Theoretical and case analysis examinations were performed by the end of the course. The results were analyzed using the χ2 test. Student performances in the interval practice of the Department of Ophthalmology were also evaluated. Questionnaires focused on the identification of the strengths of each teaching method based on the assumptions of each proponent, the achievement of specific learning objectives, general curricular questions, and overall preference for each teaching method. The general curricular questions were assessed on a 5-point Likert scale to allow learners to have a neutral choice if they had no strong preference about the question.

Results

Final examination results of the 90 students were analyzed. Full marks on the theoretical and case analysis examinations are 100 and 25, respectively.
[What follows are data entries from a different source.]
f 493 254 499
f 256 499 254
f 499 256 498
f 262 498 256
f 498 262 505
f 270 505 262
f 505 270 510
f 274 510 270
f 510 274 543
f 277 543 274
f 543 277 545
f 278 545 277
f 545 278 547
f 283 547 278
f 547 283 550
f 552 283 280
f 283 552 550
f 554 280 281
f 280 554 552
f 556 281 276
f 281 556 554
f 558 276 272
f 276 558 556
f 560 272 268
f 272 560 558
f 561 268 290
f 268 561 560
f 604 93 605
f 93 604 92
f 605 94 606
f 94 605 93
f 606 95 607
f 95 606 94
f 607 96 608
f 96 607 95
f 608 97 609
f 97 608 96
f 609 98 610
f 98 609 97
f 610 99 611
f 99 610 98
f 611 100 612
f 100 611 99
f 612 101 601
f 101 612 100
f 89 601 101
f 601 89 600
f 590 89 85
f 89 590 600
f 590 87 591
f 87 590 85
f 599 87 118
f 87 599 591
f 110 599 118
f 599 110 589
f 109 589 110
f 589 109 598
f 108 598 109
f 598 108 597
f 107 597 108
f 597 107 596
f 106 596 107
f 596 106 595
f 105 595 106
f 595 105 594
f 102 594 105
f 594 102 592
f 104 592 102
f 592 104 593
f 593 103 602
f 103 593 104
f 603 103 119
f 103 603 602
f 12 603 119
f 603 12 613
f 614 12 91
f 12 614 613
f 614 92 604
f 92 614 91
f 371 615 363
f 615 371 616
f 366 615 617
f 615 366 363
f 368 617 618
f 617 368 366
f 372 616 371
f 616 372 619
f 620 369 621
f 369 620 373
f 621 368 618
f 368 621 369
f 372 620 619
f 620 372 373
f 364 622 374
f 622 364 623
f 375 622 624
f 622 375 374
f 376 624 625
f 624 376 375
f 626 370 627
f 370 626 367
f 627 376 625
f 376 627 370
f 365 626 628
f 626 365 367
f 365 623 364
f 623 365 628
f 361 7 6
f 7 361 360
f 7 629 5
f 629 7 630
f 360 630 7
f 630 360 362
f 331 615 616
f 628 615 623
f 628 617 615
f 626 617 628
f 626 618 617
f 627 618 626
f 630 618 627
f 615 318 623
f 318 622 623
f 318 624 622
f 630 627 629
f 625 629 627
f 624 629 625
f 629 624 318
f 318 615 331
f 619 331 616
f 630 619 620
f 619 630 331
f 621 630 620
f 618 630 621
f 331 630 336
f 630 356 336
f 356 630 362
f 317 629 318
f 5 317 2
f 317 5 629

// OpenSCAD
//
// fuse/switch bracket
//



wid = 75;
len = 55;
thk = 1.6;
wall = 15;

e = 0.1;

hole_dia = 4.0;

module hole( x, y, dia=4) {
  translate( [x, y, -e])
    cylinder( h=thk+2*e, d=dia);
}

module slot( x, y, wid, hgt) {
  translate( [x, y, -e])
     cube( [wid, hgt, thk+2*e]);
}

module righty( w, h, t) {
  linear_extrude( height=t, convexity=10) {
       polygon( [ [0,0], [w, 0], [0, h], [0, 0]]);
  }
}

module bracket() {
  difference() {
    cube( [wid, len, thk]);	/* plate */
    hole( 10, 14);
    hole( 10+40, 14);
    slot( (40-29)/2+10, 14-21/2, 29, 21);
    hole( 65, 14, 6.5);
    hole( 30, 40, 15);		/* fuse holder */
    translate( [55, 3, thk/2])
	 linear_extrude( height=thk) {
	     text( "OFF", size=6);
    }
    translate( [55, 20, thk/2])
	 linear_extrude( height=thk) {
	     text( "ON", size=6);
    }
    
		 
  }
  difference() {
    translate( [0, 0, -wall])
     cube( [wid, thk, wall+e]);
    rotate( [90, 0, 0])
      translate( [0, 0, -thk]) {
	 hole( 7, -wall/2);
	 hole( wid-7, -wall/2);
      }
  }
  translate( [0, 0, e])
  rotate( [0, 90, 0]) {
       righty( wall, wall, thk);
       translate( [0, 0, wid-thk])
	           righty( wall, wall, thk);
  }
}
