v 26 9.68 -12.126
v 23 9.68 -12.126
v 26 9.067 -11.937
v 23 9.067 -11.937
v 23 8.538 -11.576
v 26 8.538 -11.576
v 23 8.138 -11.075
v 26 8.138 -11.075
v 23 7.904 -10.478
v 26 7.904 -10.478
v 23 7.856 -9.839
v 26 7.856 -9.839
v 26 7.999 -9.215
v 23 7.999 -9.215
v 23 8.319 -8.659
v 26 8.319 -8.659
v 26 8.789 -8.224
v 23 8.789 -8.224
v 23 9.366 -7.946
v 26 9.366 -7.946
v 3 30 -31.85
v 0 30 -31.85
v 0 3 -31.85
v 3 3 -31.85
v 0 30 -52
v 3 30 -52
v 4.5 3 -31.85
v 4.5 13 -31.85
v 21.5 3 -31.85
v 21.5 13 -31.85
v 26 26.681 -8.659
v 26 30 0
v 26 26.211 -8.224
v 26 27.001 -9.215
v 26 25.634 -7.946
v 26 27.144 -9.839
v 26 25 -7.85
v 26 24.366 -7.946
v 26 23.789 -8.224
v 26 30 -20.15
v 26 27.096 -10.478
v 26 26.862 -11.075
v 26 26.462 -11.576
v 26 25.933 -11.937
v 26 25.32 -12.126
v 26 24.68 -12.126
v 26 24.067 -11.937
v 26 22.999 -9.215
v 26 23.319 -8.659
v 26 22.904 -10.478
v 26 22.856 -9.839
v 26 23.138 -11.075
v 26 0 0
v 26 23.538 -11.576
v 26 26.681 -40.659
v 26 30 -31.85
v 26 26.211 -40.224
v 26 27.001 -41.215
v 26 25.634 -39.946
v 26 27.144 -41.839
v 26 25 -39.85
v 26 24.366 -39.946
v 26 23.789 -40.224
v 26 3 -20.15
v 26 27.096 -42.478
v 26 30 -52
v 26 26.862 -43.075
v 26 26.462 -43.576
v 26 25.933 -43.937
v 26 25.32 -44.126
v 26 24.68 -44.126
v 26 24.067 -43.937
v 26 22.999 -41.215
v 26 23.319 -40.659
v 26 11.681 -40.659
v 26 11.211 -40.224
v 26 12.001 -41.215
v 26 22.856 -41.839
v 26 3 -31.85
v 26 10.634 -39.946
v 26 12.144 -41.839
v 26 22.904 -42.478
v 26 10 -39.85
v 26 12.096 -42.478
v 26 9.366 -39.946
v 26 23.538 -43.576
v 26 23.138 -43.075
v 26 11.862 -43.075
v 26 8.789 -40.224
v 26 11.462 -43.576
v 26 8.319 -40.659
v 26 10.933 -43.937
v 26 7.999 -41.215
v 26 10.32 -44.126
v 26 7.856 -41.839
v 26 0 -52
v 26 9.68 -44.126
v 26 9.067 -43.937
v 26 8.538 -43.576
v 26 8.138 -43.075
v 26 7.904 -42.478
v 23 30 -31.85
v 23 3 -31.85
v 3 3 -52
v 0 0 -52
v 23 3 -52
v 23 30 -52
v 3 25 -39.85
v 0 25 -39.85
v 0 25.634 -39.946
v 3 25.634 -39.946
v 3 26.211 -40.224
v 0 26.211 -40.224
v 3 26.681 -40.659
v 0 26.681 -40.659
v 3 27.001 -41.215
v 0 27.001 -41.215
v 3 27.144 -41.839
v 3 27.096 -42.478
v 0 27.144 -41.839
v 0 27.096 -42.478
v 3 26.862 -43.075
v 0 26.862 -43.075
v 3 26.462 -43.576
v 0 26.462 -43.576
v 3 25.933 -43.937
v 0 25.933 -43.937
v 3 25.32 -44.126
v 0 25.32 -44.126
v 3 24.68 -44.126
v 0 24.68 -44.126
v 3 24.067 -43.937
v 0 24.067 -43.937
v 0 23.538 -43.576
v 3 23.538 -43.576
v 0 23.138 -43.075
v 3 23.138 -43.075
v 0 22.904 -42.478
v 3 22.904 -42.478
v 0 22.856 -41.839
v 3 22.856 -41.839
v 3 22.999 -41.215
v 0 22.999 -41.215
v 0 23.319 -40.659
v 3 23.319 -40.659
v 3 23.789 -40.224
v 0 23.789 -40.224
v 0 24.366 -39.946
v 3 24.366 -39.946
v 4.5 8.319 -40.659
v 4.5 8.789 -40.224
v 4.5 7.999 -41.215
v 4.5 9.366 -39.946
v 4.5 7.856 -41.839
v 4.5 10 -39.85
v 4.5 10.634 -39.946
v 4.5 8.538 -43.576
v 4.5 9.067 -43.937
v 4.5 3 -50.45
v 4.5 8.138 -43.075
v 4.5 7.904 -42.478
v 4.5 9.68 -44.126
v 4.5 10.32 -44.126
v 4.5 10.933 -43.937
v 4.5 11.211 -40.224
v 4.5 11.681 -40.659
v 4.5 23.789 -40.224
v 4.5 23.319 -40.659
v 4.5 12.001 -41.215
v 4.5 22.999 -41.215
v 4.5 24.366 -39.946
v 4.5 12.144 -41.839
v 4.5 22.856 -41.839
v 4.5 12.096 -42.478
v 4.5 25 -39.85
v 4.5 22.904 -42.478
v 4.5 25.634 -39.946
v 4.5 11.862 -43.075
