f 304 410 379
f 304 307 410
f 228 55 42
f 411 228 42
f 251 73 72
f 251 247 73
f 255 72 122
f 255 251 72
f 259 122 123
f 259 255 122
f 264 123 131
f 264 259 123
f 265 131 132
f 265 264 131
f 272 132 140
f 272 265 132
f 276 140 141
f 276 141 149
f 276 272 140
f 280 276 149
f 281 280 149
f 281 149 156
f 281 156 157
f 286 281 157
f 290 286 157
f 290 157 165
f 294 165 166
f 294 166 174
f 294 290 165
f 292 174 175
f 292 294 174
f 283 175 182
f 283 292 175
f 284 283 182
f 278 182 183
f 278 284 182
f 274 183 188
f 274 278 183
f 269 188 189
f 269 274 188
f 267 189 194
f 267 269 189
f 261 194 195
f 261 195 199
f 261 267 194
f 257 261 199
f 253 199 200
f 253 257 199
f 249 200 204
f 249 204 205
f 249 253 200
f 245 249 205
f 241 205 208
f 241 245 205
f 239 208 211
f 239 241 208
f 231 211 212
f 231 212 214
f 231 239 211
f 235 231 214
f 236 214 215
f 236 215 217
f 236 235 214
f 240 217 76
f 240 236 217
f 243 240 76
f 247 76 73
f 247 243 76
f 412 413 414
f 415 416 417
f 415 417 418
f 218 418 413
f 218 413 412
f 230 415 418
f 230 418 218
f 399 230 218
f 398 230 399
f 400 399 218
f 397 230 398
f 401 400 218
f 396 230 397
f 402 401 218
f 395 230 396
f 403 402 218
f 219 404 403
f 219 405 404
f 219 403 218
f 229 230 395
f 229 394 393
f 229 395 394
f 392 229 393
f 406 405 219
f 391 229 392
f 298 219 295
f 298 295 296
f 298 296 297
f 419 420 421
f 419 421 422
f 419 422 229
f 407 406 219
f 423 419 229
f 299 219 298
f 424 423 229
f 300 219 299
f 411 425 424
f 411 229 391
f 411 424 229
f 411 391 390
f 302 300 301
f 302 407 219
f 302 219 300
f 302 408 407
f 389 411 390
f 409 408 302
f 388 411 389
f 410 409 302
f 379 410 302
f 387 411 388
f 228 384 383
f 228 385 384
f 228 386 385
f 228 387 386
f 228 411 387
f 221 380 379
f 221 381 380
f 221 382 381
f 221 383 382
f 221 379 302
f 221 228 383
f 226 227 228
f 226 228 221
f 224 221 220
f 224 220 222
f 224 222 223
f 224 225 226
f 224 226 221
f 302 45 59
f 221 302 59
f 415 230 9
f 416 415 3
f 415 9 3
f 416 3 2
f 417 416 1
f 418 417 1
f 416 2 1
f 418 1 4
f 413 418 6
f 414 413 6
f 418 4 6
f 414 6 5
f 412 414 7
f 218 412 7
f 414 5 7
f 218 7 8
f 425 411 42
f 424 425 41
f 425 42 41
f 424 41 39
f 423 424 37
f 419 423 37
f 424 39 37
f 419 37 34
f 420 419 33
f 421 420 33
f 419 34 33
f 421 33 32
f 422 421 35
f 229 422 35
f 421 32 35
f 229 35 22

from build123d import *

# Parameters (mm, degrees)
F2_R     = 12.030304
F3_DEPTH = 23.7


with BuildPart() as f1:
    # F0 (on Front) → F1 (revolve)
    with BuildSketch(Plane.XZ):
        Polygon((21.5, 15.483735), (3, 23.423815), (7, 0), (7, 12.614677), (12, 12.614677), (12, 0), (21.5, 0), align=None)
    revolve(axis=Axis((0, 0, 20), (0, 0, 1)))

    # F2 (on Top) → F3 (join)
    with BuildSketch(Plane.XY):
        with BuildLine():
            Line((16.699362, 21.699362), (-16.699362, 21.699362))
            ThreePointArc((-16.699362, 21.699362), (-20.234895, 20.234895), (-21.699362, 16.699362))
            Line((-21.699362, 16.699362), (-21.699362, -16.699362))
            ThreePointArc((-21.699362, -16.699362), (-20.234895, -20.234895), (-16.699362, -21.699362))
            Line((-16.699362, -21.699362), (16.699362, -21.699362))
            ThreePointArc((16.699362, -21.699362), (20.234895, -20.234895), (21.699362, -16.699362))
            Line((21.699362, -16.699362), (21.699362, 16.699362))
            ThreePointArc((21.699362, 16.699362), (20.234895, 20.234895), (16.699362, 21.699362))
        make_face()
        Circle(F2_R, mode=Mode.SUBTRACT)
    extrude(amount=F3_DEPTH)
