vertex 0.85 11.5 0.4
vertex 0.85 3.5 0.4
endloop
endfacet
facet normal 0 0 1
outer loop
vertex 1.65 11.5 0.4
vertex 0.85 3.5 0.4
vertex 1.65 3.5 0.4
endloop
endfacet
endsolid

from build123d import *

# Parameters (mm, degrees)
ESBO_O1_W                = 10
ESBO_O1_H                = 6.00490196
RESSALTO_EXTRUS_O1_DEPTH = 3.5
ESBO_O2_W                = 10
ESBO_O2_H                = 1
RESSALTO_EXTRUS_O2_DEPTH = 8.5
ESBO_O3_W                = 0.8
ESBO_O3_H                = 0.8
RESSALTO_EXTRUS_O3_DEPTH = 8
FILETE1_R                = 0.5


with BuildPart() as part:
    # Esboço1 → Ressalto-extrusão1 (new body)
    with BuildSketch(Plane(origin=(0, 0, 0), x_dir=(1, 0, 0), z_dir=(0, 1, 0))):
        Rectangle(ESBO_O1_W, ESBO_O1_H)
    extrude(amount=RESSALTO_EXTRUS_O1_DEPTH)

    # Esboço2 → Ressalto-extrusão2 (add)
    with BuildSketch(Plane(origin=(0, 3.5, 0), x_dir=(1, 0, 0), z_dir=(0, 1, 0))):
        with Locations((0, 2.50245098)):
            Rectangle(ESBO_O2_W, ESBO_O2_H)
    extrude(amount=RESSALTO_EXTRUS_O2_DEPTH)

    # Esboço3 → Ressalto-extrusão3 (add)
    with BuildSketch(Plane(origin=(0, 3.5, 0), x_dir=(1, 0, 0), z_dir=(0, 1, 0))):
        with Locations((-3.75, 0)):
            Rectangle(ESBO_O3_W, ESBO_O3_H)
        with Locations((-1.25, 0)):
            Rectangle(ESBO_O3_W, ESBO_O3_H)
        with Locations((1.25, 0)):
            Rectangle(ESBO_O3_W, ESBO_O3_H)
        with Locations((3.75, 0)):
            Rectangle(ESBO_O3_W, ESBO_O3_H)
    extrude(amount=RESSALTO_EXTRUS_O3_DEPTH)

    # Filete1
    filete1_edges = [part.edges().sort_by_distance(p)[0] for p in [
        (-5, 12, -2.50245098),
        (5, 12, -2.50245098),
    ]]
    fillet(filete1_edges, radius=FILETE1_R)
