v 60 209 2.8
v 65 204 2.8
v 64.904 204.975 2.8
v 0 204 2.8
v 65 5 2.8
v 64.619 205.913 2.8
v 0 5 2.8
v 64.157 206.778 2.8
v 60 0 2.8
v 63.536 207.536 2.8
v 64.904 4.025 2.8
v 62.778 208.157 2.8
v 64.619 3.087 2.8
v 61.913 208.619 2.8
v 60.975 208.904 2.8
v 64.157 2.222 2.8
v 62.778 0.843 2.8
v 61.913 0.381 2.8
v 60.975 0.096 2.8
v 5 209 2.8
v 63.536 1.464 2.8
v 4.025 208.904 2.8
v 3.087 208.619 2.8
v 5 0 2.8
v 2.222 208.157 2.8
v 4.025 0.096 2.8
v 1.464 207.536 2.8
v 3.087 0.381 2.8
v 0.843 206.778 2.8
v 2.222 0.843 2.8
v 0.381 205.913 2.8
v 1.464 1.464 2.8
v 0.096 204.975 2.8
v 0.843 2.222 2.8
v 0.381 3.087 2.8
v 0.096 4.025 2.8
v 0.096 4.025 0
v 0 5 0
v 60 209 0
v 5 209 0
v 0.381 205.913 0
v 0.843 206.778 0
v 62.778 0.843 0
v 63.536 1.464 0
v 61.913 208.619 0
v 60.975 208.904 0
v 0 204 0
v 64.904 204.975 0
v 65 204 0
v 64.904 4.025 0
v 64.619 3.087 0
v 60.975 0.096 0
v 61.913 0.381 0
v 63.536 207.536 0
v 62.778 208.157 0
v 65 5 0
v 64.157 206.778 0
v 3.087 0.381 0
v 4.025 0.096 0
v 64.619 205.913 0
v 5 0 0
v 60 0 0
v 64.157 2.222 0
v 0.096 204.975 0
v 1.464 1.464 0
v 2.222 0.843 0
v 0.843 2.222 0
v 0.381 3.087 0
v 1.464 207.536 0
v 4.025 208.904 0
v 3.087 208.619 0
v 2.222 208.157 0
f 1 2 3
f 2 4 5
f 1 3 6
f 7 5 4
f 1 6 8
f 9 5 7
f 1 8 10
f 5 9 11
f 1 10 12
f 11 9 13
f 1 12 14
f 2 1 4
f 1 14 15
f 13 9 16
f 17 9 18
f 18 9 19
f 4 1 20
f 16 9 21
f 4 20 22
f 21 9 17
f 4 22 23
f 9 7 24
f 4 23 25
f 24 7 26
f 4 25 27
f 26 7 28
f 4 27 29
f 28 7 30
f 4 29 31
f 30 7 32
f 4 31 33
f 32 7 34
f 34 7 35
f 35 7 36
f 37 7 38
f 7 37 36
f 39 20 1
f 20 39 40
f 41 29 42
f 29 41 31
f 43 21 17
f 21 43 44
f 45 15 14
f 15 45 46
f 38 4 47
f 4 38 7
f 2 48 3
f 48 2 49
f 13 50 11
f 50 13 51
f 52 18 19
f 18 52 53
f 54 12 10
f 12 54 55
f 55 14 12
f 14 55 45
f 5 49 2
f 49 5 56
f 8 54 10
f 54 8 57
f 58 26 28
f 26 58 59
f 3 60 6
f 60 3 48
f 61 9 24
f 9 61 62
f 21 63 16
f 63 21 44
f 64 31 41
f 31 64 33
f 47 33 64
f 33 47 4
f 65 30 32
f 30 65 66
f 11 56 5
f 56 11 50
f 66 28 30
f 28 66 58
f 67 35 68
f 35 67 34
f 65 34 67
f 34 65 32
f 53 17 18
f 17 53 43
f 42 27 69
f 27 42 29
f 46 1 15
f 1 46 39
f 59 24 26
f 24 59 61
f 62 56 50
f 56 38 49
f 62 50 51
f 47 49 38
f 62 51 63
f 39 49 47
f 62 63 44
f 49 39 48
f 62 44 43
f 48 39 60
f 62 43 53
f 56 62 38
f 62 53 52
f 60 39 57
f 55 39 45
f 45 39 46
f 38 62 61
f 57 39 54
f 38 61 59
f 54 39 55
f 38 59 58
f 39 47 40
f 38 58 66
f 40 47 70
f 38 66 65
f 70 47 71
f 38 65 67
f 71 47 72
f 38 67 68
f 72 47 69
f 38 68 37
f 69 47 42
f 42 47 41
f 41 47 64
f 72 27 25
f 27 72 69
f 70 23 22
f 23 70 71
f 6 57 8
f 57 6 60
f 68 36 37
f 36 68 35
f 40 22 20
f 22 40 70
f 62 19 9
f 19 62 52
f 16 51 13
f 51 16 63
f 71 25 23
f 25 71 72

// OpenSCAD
// 机箱前面板 - B块 (65mm × 209mm × 2.8mm)
// 燕尾榫拼接 (凹槽)

// 参数
width = 65;      // 宽度 (mm)
height = 209;    // 高度 (mm)
thickness = 2.8; // 厚度 (mm)
corner_radius = 5;  // 倒角半径 (mm)

// 燕尾榫参数 (与A块匹配)
dovetail_width = 15;    // 燕尾宽度 (mm)
dovetail_depth = 6.2;   // 燕尾槽深度 (mm，比凸榫深0.2mm)
dovetail_angle = 45;    // 燕尾角度 (度)
dovetail_count = 4;     // 燕尾数量
tolerance = 0.35;        // 配合间隙 (mm)

// 计算燕尾实际尺寸
dovetail_offset = tan(dovetail_angle) * thickness;
dovetail_base_width = dovetail_width - 2 * dovetail_offset;

// 定位销参数
pin_radius = 1.8;       // 凹槽半径 (比凸销大0.3mm)
pin_height = 3;

// 圆角矩形模块
module rounded_rect(w, h, r, t) {
    hull() {
        translate([r, r, 0]) cylinder(h = t, r = r, $fn = 32);
        translate([w - r, r, 0]) cylinder(h = t, r = r, $fn = 32);
        translate([w - r, h - r, 0]) cylinder(h = t, r = r, $fn = 32);
        translate([r, h - r, 0]) cylinder(h = t, r = r, $fn = 32);
    }
}

// 单个燕尾凹槽
module dovetail_slot(y_pos) {
    half_width = dovetail_width / 2 + tolerance/2;
    half_offset = dovetail_offset / 2;
    base_half_width = half_width - half_offset;

    translate([-0.1, y_pos, 0])
    rotate([0, -90, 0])
    linear_extrude(height = dovetail_depth + 0.2, convexity = 3)
    polygon(points = [
        [0, -half_width],
        [0, half_width],
        [thickness, base_half_width + tolerance/2],
        [thickness, -base_half_width - tolerance/2]
    ]);
}

// 定位凹槽
module alignment_slot(y_pos) {
    translate([-0.5, y_pos, 0])
    rotate([0, -90, 0])
    cylinder(h = pin_height, r = pin_radius, $fn = 16);
}

// 创建主体
difference() {
    // 前面板主体
    color("LightGray") {
        rounded_rect(width, height, corner_radius, thickness);
    }

    // 燕尾凹槽
    color("DarkGray") {
        for (i = [0:dovetail_count-1]) {
            dovetail_slot(30 + (i + 1) * ((height - 60) / (dovetail_count + 1)));
        }
    }

    // 定位凹槽
    alignment_slot(15);
    alignment_slot(height - 15);
}

// 装配预览 (打印时可注释掉)
// color("LightGray", 0.3)
// translate([-dovetail_depth, 0, 0])
// import("front_panel_A_dovetail.stl");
General student performance during the interval practice was evaluated by their teachers, with rankings from high to low by scales of 5. Table 2 summarizes the test results from the comparison of the theoretical and case analysis examinations for the conventional teaching class and the 2 PBL classes that used digital and paper-based cases. Compared with the conventional class, the mean theoretical test results of the 2 PBL classes were significantly higher (P < .001), but there was no significant difference (P = .86) between the 2 PBL classes. The results of the case analysis examination reflected the same trends as those found in the theoretical examination. The grades given to students in the interval practice of the digital case groups were much better than those of the other groups (P < .001). Of the 90 students who participated in this study, satisfaction with their teaching model was greater in the PBL group using either digital (93%, 28 of 30) or paper-based (90%, 27 of 30) cases than in their counterparts in the conventional group (67%, 20 of 30).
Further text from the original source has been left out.